▶ About this exercise:
Identical copies of all the records below are needed.

(Record set begins)

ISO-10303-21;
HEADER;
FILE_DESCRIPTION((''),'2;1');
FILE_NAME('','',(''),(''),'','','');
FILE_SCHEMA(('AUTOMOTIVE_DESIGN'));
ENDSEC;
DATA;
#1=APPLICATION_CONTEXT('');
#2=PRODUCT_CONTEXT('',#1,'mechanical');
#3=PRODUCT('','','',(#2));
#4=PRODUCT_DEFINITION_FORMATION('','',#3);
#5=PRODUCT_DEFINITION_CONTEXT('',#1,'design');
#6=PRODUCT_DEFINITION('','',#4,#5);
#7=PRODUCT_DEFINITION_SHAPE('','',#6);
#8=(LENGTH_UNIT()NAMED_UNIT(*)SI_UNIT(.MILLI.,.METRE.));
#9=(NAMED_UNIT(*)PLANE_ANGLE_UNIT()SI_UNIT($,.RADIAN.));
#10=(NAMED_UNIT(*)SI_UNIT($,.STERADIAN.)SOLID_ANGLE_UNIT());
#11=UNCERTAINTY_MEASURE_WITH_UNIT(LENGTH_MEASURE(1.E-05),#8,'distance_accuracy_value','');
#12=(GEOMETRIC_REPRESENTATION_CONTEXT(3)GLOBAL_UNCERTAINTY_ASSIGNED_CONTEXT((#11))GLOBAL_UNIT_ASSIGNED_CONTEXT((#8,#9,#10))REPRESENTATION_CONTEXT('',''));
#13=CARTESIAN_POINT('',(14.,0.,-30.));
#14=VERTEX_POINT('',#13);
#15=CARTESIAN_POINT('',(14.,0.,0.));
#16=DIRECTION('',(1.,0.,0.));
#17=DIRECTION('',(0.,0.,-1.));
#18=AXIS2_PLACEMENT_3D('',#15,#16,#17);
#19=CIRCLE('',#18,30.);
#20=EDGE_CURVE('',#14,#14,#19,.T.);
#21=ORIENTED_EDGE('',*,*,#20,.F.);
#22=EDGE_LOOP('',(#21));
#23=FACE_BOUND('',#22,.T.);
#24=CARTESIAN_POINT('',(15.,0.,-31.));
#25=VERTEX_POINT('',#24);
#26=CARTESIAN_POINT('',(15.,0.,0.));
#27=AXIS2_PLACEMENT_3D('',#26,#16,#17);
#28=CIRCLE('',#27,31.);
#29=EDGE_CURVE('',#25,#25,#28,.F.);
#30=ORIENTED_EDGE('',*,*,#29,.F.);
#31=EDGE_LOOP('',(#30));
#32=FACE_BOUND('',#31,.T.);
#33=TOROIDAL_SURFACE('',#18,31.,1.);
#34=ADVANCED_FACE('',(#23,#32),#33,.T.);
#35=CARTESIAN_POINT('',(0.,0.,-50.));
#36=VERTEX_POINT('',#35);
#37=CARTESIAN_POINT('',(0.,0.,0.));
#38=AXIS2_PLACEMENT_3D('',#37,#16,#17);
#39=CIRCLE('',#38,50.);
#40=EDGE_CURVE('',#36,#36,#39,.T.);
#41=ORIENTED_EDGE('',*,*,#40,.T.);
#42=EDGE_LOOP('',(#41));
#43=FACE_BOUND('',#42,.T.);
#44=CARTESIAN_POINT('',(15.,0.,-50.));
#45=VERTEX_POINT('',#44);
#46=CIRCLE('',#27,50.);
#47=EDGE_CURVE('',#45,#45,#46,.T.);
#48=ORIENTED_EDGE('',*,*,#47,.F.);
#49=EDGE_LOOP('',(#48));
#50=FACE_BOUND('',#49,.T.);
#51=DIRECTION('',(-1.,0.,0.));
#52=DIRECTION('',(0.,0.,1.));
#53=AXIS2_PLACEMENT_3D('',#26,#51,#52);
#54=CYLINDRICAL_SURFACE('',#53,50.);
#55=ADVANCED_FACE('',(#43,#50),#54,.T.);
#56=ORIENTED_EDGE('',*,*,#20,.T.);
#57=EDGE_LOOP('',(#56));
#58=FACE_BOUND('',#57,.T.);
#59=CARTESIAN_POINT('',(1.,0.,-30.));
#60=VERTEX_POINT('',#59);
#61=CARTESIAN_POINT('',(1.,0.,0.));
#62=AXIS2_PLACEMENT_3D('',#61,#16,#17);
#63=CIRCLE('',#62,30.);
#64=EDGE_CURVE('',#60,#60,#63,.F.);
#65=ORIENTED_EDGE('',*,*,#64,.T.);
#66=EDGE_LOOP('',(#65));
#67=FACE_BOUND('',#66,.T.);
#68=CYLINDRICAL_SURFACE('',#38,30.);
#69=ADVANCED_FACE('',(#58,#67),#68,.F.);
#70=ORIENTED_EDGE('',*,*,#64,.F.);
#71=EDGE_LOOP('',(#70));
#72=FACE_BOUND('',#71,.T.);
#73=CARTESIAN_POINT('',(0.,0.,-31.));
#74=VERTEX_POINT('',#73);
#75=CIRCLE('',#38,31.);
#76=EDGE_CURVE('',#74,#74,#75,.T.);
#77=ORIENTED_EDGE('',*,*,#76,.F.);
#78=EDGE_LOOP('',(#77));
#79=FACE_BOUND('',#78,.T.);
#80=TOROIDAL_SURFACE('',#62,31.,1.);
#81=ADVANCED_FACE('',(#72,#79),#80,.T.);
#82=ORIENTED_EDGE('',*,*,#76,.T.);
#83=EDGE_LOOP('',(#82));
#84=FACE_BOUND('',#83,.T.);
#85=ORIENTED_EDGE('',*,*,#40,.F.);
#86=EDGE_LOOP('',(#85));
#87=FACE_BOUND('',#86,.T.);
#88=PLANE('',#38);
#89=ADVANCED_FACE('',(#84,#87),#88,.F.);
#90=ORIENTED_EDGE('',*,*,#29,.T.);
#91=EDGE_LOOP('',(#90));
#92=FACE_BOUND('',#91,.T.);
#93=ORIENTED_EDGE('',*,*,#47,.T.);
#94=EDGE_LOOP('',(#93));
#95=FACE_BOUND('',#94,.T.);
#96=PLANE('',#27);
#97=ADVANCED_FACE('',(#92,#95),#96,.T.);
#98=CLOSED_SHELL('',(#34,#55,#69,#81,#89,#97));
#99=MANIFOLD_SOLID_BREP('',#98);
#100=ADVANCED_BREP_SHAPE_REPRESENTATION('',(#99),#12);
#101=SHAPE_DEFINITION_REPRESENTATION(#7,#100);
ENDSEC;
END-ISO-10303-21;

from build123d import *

# Parameters (mm, degrees)
ESBO_O2_R                = 50
RESSALTO_EXTRUS_O1_DEPTH = 15
ESBO_O3_R                = 30
CORTE_EXTRUS_O1_DEPTH    = 73.284161474
FILETE1_R                = 1


with BuildPart() as part:
    # Esboço2 → Ressalto-extrusão1 (new body)
    with BuildSketch(Plane(origin=(0, 0, 0), x_dir=(0, 0, -1), z_dir=(1, 0, 0))):
        Circle(ESBO_O2_R)
    extrude(amount=RESSALTO_EXTRUS_O1_DEPTH)

    # Esboço3 → Corte-extrusão1 (cut, through all)
    with BuildSketch(Plane(origin=(15, 0, 0), x_dir=(0, 0, -1), z_dir=(1, 0, 0))):
        Circle(ESBO_O3_R)
    extrude(amount=-CORTE_EXTRUS_O1_DEPTH, mode=Mode.SUBTRACT)

    # Filete1
    filete1_edges = [part.edges().sort_by_distance(p)[0] for p in [
        (0, 0, 30),
        (15, 0, 30),
    ]]
    fillet(filete1_edges, radius=FILETE1_R)


solid = part.part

(Record set ends)

▶ Reply:
ISO-10303-21;
HEADER;
FILE_DESCRIPTION((''),'2;1');
FILE_NAME('','',(''),(''),'','','');
FILE_SCHEMA(('AUTOMOTIVE_DESIGN'));
ENDSEC;
DATA;
#1=APPLICATION_CONTEXT('');
#2=PRODUCT_CONTEXT('',#1,'mechanical');
#3=PRODUCT('','','',(#2));
#4=PRODUCT_DEFINITION_FORMATION('','',#3);
#5=PRODUCT_DEFINITION_CONTEXT('',#1,'design');
#6=PRODUCT_DEFINITION('','',#4,#5);
#7=PRODUCT_DEFINITION_SHAPE('','',#6);
#8=(LENGTH_UNIT()NAMED_UNIT(*)SI_UNIT(.MILLI.,.METRE.));
#9=(NAMED_UNIT(*)PLANE_ANGLE_UNIT()SI_UNIT($,.RADIAN.));
#10=(NAMED_UNIT(*)SI_UNIT($,.STERADIAN.)SOLID_ANGLE_UNIT());
#11=UNCERTAINTY_MEASURE_WITH_UNIT(LENGTH_MEASURE(1.E-05),#8,'distance_accuracy_value','');
#12=(GEOMETRIC_REPRESENTATION_CONTEXT(3)GLOBAL_UNCERTAINTY_ASSIGNED_CONTEXT((#11))GLOBAL_UNIT_ASSIGNED_CONTEXT((#8,#9,#10))REPRESENTATION_CONTEXT('',''));
#13=CARTESIAN_POINT('',(14.,0.,-30.));
#14=VERTEX_POINT('',#13);
#15=CARTESIAN_POINT('',(14.,0.,0.));
#16=DIRECTION('',(1.,0.,0.));
#17=DIRECTION('',(0.,0.,-1.));
#18=AXIS2_PLACEMENT_3D('',#15,#16,#17);
#19=CIRCLE('',#18,30.);
#20=EDGE_CURVE('',#14,#14,#19,.T.);
#21=ORIENTED_EDGE('',*,*,#20,.F.);
#22=EDGE_LOOP('',(#21));
#23=FACE_BOUND('',#22,.T.);
#24=CARTESIAN_POINT('',(15.,0.,-31.));
#25=VERTEX_POINT('',#24);
#26=CARTESIAN_POINT('',(15.,0.,0.));
#27=AXIS2_PLACEMENT_3D('',#26,#16,#17);
#28=CIRCLE('',#27,31.);
#29=EDGE_CURVE('',#25,#25,#28,.F.);
#30=ORIENTED_EDGE('',*,*,#29,.F.);
#31=EDGE_LOOP('',(#30));
#32=FACE_BOUND('',#31,.T.);
#33=TOROIDAL_SURFACE('',#18,31.,1.);
#34=ADVANCED_FACE('',(#23,#32),#33,.T.);
#35=CARTESIAN_POINT('',(0.,0.,-50.));
#36=VERTEX_POINT('',#35);
#37=CARTESIAN_POINT('',(0.,0.,0.));
#38=AXIS2_PLACEMENT_3D('',#37,#16,#17);
#39=CIRCLE('',#38,50.);
#40=EDGE_CURVE('',#36,#36,#39,.T.);
#41=ORIENTED_EDGE('',*,*,#40,.T.);
#42=EDGE_LOOP('',(#41));
#43=FACE_BOUND('',#42,.T.);
#44=CARTESIAN_POINT('',(15.,0.,-50.));
#45=VERTEX_POINT('',#44);
#46=CIRCLE('',#27,50.);
#47=EDGE_CURVE('',#45,#45,#46,.T.);
#48=ORIENTED_EDGE('',*,*,#47,.F.);
#49=EDGE_LOOP('',(#48));
#50=FACE_BOUND('',#49,.T.);
#51=DIRECTION('',(-1.,0.,0.));
#52=DIRECTION('',(0.,0.,1.));
#53=AXIS2_PLACEMENT_3D('',#26,#51,#52);
#54=CYLINDRICAL_SURFACE('',#53,50.);
#55=ADVANCED_FACE('',(#43,#50),#54,.T.);
#56=ORIENTED_EDGE('',*,*,#20,.T.);
#57=EDGE_LOOP('',(#56));
#58=FACE_BOUND('',#57,.T.);
#59=CARTESIAN_POINT('',(1.,0.,-30.));
#60=VERTEX_POINT('',#59);
#61=CARTESIAN_POINT('',(1.,0.,0.));
#62=AXIS2_PLACEMENT_3D('',#61,#16,#17);
#63=CIRCLE('',#62,30.);
#64=EDGE_CURVE('',#60,#60,#63,.F.);
#65=ORIENTED_EDGE('',*,*,#64,.T.);
#66=EDGE_LOOP('',(#65));
#67=FACE_BOUND('',#66,.T.);
#68=CYLINDRICAL_SURFACE('',#38,30.);
#69=ADVANCED_FACE('',(#58,#67),#68,.F.);
#70=ORIENTED_EDGE('',*,*,#64,.F.);
#71=EDGE_LOOP('',(#70));
#72=FACE_BOUND('',#71,.T.);
#73=CARTESIAN_POINT('',(0.,0.,-31.));
#74=VERTEX_POINT('',#73);
#75=CIRCLE('',#38,31.);
#76=EDGE_CURVE('',#74,#74,#75,.T.);
#77=ORIENTED_EDGE('',*,*,#76,.F.);
#78=EDGE_LOOP('',(#77));
#79=FACE_BOUND('',#78,.T.);
#80=TOROIDAL_SURFACE('',#62,31.,1.);
#81=ADVANCED_FACE('',(#72,#79),#80,.T.);
#82=ORIENTED_EDGE('',*,*,#76,.T.);
#83=EDGE_LOOP('',(#82));
#84=FACE_BOUND('',#83,.T.);
#85=ORIENTED_EDGE('',*,*,#40,.F.);
#86=EDGE_LOOP('',(#85));
#87=FACE_BOUND('',#86,.T.);
#88=PLANE('',#38);
#89=ADVANCED_FACE('',(#84,#87),#88,.F.);
#90=ORIENTED_EDGE('',*,*,#29,.T.);
#91=EDGE_LOOP('',(#90));
#92=FACE_BOUND('',#91,.T.);
#93=ORIENTED_EDGE('',*,*,#47,.T.);
#94=EDGE_LOOP('',(#93));
#95=FACE_BOUND('',#94,.T.);
#96=PLANE('',#27);
#97=ADVANCED_FACE('',(#92,#95),#96,.T.);
#98=CLOSED_SHELL('',(#34,#55,#69,#81,#89,#97));
#99=MANIFOLD_SOLID_BREP('',#98);
#100=ADVANCED_BREP_SHAPE_REPRESENTATION('',(#99),#12);
#101=SHAPE_DEFINITION_REPRESENTATION(#7,#100);
ENDSEC;
END-ISO-10303-21;

from build123d import *

# Parameters (mm, degrees)
ESBO_O2_R                = 50
RESSALTO_EXTRUS_O1_DEPTH = 15
ESBO_O3_R                = 30
CORTE_EXTRUS_O1_DEPTH    = 73.284161474
FILETE1_R                = 1


with BuildPart() as part:
    # Esboço2 → Ressalto-extrusão1 (new body)
    with BuildSketch(Plane(origin=(0, 0, 0), x_dir=(0, 0, -1), z_dir=(1, 0, 0))):
        Circle(ESBO_O2_R)
    extrude(amount=RESSALTO_EXTRUS_O1_DEPTH)

    # Esboço3 → Corte-extrusão1 (cut, through all)
    with BuildSketch(Plane(origin=(15, 0, 0), x_dir=(0, 0, -1), z_dir=(1, 0, 0))):
        Circle(ESBO_O3_R)
    extrude(amount=-CORTE_EXTRUS_O1_DEPTH, mode=Mode.SUBTRACT)

    # Filete1
    filete1_edges = [part.edges().sort_by_distance(p)[0] for p in [
        (0, 0, 30),
        (15, 0, 30),
    ]]
    fillet(filete1_edges, radius=FILETE1_R)


solid = part.part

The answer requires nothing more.